The hunt for quality
The acquisition process starts with what Paniccia calls an “investment thesis,” which involves the family, along with their advisors, determining their main objectives, which industries they may or may not be interested in, as well as the target size of companies. It might also mean defining geographic preferences, management involvement levels and capital allocation strategy.
Some family offices want hands-on involvement and have professionals in-house to help run operations. Others prefer to remain behind the scenes and retain existing management – often with equity incentives to ensure alignment.
“We are seeing more professionalization of family offices,” Paniccia explains. “Family offices are becoming more sophisticated, with larger teams and more resources dedicated to in-house expertise with direct investment and management capabilities.”
Sourcing deals can happen through multiple channels.
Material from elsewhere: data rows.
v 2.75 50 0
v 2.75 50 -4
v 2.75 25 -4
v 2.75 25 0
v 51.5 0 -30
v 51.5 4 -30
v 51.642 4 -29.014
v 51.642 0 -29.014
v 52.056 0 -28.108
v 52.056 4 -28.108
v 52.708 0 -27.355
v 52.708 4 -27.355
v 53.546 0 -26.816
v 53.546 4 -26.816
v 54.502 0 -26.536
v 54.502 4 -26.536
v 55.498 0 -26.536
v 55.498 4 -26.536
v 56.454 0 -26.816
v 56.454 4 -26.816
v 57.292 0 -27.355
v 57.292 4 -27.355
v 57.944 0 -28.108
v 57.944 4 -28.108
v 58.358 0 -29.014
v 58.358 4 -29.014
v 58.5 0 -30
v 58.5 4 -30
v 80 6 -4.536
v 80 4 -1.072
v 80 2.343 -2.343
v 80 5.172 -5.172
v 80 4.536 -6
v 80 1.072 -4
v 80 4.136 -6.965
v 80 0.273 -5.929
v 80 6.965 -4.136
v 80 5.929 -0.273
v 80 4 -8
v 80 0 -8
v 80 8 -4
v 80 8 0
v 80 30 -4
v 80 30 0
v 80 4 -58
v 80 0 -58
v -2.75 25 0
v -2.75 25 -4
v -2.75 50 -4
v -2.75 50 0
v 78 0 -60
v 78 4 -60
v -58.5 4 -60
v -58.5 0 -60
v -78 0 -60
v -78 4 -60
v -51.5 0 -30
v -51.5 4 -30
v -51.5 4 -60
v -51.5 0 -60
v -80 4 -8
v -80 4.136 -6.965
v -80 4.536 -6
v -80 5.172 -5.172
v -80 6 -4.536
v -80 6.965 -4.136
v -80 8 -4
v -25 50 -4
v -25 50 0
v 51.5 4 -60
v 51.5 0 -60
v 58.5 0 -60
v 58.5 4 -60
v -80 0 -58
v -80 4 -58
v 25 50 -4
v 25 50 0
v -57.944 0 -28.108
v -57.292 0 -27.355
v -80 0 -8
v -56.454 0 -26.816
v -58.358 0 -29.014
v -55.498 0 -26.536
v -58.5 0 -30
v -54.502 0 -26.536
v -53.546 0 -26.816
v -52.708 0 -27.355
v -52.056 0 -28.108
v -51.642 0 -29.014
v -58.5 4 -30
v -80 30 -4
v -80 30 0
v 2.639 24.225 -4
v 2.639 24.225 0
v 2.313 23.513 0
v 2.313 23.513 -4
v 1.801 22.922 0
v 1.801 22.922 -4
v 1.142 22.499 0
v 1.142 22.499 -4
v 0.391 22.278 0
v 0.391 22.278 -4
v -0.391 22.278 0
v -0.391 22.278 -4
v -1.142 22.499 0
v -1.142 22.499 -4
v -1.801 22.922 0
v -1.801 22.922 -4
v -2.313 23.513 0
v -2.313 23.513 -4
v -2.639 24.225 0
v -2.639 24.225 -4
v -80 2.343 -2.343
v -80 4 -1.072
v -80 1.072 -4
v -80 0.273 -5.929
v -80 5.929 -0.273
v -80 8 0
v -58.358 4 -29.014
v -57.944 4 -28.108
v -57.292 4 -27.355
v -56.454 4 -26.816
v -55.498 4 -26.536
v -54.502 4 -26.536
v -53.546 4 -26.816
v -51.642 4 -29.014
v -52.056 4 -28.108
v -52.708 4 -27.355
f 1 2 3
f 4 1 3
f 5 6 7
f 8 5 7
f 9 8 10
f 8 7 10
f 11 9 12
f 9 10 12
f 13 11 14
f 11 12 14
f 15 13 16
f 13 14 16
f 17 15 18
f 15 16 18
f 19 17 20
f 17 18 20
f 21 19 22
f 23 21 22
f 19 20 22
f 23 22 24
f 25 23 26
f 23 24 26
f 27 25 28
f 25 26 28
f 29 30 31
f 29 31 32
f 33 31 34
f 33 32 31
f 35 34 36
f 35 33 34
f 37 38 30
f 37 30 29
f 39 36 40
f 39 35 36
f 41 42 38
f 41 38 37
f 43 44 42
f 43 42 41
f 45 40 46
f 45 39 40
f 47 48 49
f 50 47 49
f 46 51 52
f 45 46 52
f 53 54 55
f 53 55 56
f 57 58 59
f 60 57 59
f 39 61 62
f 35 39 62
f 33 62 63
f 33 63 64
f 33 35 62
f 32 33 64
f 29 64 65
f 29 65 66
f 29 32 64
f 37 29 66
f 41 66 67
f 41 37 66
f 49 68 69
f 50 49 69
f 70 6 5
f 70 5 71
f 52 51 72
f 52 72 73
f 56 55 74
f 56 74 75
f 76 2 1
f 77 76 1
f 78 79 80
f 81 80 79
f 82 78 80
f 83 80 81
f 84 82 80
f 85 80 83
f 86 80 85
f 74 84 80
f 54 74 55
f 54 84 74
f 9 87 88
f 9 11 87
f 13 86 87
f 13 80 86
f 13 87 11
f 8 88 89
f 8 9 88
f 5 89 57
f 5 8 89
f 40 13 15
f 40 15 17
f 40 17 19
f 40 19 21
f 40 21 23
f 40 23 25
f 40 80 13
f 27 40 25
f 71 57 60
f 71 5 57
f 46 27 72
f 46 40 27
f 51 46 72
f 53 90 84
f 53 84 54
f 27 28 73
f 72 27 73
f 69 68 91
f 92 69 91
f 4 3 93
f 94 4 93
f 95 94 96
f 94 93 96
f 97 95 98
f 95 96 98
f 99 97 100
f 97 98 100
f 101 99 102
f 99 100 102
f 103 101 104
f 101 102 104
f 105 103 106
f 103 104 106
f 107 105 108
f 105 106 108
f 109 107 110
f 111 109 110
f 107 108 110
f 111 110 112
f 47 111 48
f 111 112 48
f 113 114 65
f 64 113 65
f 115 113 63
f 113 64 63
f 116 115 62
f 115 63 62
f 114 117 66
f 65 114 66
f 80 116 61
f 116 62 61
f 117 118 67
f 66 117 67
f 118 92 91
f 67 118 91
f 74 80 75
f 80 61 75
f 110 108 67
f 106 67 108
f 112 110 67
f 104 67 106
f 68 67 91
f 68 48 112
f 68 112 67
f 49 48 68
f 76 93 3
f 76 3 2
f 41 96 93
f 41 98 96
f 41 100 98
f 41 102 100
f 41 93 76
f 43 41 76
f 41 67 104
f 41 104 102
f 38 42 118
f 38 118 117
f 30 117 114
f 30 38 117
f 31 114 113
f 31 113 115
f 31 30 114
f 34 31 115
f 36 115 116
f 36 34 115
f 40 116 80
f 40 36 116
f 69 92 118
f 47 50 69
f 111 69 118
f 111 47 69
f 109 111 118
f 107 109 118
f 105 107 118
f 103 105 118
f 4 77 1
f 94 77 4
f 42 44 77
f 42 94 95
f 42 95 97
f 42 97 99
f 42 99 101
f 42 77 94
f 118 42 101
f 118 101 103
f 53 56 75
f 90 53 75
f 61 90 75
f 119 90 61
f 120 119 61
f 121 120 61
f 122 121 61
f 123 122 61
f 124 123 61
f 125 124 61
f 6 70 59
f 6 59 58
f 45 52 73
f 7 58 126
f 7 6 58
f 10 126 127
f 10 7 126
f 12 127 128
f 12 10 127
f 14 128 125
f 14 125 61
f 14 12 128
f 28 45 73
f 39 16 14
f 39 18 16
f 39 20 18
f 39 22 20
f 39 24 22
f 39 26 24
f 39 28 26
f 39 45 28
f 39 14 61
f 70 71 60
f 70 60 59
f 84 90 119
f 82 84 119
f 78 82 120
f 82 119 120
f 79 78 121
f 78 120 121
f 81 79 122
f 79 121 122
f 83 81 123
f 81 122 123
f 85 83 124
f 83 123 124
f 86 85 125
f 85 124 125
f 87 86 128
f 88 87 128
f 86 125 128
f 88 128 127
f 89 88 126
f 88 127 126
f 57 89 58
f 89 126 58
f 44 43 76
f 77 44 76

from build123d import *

# Parameters (mm, degrees)
BASE_FLANGE1_DEPTH = 80
CUT_EXTRUDE1_DEPTH = 110.708705215
SKETCH8_R          = 3.5
SKETCH8_W          = 7
SKETCH8_H          = 60
CUT_EXTRUDE2_DEPTH = 111.072703247
CHAMFER1_SIZE      = 2


# Sheet-metal steps are written as plain solids
with BuildPart() as part:
    # Sketch1 → Base-Flange1 (new, symmetric)
    with BuildSketch(Plane(origin=(0, 0, 0), x_dir=(0, 0, -1), z_dir=(1, 0, 0))):
        with BuildLine():
            Line((0, 50), (0, 8))
            ThreePointArc((0, 8), (2.343145751, 2.343145751), (8, 0))
            Line((8, 0), (60, 0))
            Line((60, 0), (60, 4))
            Line((60, 4), (8, 4))
            ThreePointArc((8, 4), (5.171572875, 5.171572875), (4, 8))
            Line((4, 8), (4, 50))
            Line((4, 50), (0, 50))
        make_face()
    extrude(amount=BASE_FLANGE1_DEPTH, both=True)

    # Sketch7 → Cut-Extrude1 (cut, through all)
    with BuildSketch(Plane(origin=(0, 0, -4), x_dir=(-1, 0, 0), z_dir=(0, 0, -1))):
        with BuildLine():
            Line((2.75, 50), (-2.75, 50))
            Line((-2.75, 50), (-2.75, 25))
            ThreePointArc((-2.75, 25), (0, 27.75), (2.75, 25))
            Line((2.75, 25), (2.75, 50))
        make_face()
        with BuildLine():
            ThreePointArc((2.75, 25), (0, 27.75), (-2.75, 25))
            Line((-2.75, 25), (2.75, 25))
        make_face()
        with BuildLine():
            Line((2.75, 25), (-2.75, 25))
            ThreePointArc((-2.75, 25), (0, 22.25), (2.75, 25))
        make_face()
        Polygon((-80, 30), (-25, 50), (-80, 50), align=None)
        Polygon((80, 50), (25, 50), (80, 30), align=None)
    extrude(amount=-CUT_EXTRUDE1_DEPTH, mode=Mode.SUBTRACT)

    # Sketch8 → Cut-Extrude2 (cut, through all)
    with BuildSketch(Plane(origin=(0, 4, 0), x_dir=(1, 0, 0), z_dir=(0, 1, 0))):
        with Locations((-55, 30)):
            Circle(SKETCH8_R)
        with Locations((55, 30)):
            Circle(SKETCH8_R)
        with Locations((-55, 60)):
            Rectangle(SKETCH8_W, SKETCH8_H)
        with Locations((55, 60)):
            Rectangle(SKETCH8_W, SKETCH8_H)
    extrude(amount=-CUT_EXTRUDE2_DEPTH, mode=Mode.SUBTRACT)

    # Chamfer1
    chamfer1_edges = [part.edges().sort_by_distance(p)[0] for p in [
        (80, 2, -60),
        (-80, 2, -60),
    ]]
    chamfer(chamfer1_edges, length=CHAMFER1_SIZE)


solid = part.part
BMO wealth and commercial professionals, for example, work closely with business owners preparing for sale. The search can also involve trusted lawyers, accountants, and M&A firms with mid-market expertise.
“Everyone wants those ‘Type A’ companies,” says Paniccia, which includes operations that have a strong management team, stable-strong cash flows, high growth potential, diversified revenues and customer base, and a market that’s conducive to sustainable future growth.
The sweet spot
Unlike traditional private equity, which tends to be involved in five-year investment cycles, family offices are typically in it for the longer haul. Holding periods can last a decade or sometimes indefinitely, as long as companies generate acceptable returns.
This strategy allows them to focus on long-term value creation rather than quick exits. It also shapes deal selection. While transaction sizes vary considerably, the lower mid-market space is particularly attractive to family offices when identifying acquisitions targets “That’s the sweet spot,” he notes.
“Family offices have capital, and with capital comes borrowing ability,” Paniccia says. “It’s not all equity they’re putting in. They will use leverage to help optimize the return on total invested capital and they maintain control.”
The entrepreneurial instinct
For many ultrawealthy families, buying companies is a return to the same business-building instincts that helped generate their wealth in the first place.
“There’s an element of that entrepreneurial spirit,” says Paniccia. “They built wealth through various means including private enterprises, had success in selling and realize there’s a lot of potential if you find the right company.”
For the owners looking to sell, family offices bring more than just capital. They also bring patience, longer-term investment horizons, operational insight and, often, deep industry knowledge. Some actively oversee their portfolio companies. Others rely on professionals to scout and manage deals before getting final sign-off from the family.
“Family offices often seek greater control over their investments and prefer customized strategies, making them suitable partners for private companies,” says Paniccia.
“It’s quite rewarding to see how these families operate,” he adds. “But there’s also an element of risk. It’s key to work with the right advisors who have the experience and expertise to guide the process and make sound decisions.”